# How to dress for MFF?



## Gushousekai195 (Dec 10, 2019)

So, I am a guy who decided he wants to attend Midwest Furfest next year.  However, chances are I will likely have to go outside to get to and from the con every day (thanks a lot room lottery).  That could be a problem given the usual weather around con time, because I will have to dress accordingly.

Having to change in and out of thick clothing every time as well as carrying it around on my back constantly will likely be a hassle.  It might also take up a lot of space in even the biggest backpack I have.  My back also sweats when I carry it on my back.

So, I ask those of you who have gone before, how could someone like me dress for MFF, given having to walk outside to get to and from the con?


----------



## Ra'ara Su'nai (Dec 10, 2019)

I'm assuming you're not fursuiting in the context of this question. I found it to be pretty decent this time around. It was on the chilly side yes, but in my opinion at least, it didn't mandate a heavy coat of any sort. I was able to make do with a light hoodie that can't even zip up anymore(zipper broke off it) or just a long sleeve shirt. Take a heavy jacket just in case there's super cold in the forecast, but hope that the weather is more like it was this year.

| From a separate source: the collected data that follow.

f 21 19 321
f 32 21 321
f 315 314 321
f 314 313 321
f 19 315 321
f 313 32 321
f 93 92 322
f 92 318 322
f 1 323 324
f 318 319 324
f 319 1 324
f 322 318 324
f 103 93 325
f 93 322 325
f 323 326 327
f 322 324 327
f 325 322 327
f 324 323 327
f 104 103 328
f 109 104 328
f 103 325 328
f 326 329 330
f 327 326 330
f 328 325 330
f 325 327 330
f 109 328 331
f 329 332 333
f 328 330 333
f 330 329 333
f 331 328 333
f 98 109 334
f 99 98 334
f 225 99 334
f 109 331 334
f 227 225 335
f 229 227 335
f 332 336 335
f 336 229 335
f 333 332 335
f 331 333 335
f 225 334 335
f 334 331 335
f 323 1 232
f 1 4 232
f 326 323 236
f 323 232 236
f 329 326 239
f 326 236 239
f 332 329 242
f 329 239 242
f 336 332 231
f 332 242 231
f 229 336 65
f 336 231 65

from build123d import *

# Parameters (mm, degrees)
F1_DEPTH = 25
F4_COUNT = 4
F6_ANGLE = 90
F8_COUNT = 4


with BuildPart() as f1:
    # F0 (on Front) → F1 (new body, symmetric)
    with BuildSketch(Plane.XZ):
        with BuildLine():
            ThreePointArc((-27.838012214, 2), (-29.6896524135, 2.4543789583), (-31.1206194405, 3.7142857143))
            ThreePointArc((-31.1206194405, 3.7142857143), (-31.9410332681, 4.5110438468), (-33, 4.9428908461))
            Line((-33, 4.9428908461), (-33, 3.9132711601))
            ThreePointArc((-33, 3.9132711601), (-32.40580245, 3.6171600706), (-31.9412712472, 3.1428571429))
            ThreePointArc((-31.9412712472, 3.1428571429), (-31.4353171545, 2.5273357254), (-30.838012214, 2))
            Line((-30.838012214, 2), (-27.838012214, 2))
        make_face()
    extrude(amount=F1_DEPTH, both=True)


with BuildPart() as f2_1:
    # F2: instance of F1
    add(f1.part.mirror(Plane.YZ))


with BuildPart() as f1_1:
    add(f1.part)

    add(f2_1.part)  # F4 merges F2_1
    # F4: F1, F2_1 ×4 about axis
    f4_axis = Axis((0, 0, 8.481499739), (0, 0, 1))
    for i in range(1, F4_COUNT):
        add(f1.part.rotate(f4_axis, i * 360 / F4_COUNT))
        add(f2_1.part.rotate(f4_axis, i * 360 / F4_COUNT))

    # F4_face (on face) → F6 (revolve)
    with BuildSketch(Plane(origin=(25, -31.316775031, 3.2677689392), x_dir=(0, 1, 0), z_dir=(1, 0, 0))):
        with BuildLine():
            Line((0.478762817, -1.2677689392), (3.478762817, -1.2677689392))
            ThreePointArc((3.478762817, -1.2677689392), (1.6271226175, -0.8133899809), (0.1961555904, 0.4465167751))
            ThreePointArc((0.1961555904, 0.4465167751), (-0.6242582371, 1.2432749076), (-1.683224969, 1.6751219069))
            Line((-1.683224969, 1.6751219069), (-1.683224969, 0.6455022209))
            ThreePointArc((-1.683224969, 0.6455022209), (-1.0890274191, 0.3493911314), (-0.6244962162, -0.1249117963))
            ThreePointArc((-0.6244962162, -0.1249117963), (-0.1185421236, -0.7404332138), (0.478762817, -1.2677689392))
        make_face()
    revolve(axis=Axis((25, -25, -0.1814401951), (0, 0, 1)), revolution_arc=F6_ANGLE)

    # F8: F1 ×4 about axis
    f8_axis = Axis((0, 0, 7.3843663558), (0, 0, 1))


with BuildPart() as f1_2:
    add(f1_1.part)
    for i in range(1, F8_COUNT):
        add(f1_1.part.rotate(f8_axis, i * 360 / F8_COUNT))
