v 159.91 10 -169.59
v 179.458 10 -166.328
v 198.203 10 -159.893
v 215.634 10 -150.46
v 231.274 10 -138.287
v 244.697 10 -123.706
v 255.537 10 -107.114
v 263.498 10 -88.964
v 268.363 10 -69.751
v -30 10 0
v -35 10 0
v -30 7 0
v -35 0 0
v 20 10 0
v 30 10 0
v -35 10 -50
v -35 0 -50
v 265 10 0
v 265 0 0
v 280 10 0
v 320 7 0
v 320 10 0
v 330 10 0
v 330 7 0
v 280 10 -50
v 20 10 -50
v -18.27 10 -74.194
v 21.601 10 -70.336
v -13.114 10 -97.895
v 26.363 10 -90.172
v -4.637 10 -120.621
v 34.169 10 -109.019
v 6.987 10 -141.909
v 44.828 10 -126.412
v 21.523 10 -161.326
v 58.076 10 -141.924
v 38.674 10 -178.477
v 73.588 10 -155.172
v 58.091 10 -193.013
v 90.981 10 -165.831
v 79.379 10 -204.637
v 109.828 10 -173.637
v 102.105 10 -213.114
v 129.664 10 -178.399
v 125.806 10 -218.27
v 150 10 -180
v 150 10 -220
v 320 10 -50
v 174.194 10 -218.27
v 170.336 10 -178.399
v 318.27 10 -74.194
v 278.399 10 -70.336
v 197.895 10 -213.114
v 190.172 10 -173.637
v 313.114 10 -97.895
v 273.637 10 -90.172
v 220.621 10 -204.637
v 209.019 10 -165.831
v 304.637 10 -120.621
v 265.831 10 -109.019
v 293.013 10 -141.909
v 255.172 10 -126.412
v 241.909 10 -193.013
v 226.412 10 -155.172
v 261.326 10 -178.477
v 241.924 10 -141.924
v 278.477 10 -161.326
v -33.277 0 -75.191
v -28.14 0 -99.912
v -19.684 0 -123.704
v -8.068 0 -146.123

Also, a handy trick that I learned that can help with the back sweat is to have a platypus water pack that you wear on your back. The cool water will help to keep you from sweating, and if you add ice in, it can help keep you cool if you're fursuiting, as well as providing plenty of water to stay hydrated, which we all know is very important, suiting or not.


----------



## Gushousekai195 (Dec 11, 2019)

Ra'ara Su'nai said:


> I'm assuming you're not fursuiting in the context of this question. I found it to be pretty decent this time around. It was on the chilly side yes, but in my opinion at least, it didn't mandate a heavy coat of any sort. I was able to make do with a light hoodie that can't even zip up anymore(zipper broke off it) or just a long sleeve shirt. Take a heavy jacket just in case there's super cold in the forecast, but hope that the weather is more like it was this year.
> 
> Also, a handy trick that I learned that can help with the back sweat is to have a platypus water pack that you wear on your back. The cool water will help to keep you from sweating, and if you add ice in, it can help keep you cool if you're fursuiting, as well as providing plenty of water to stay hydrated, which we all know is very important, suiting or not.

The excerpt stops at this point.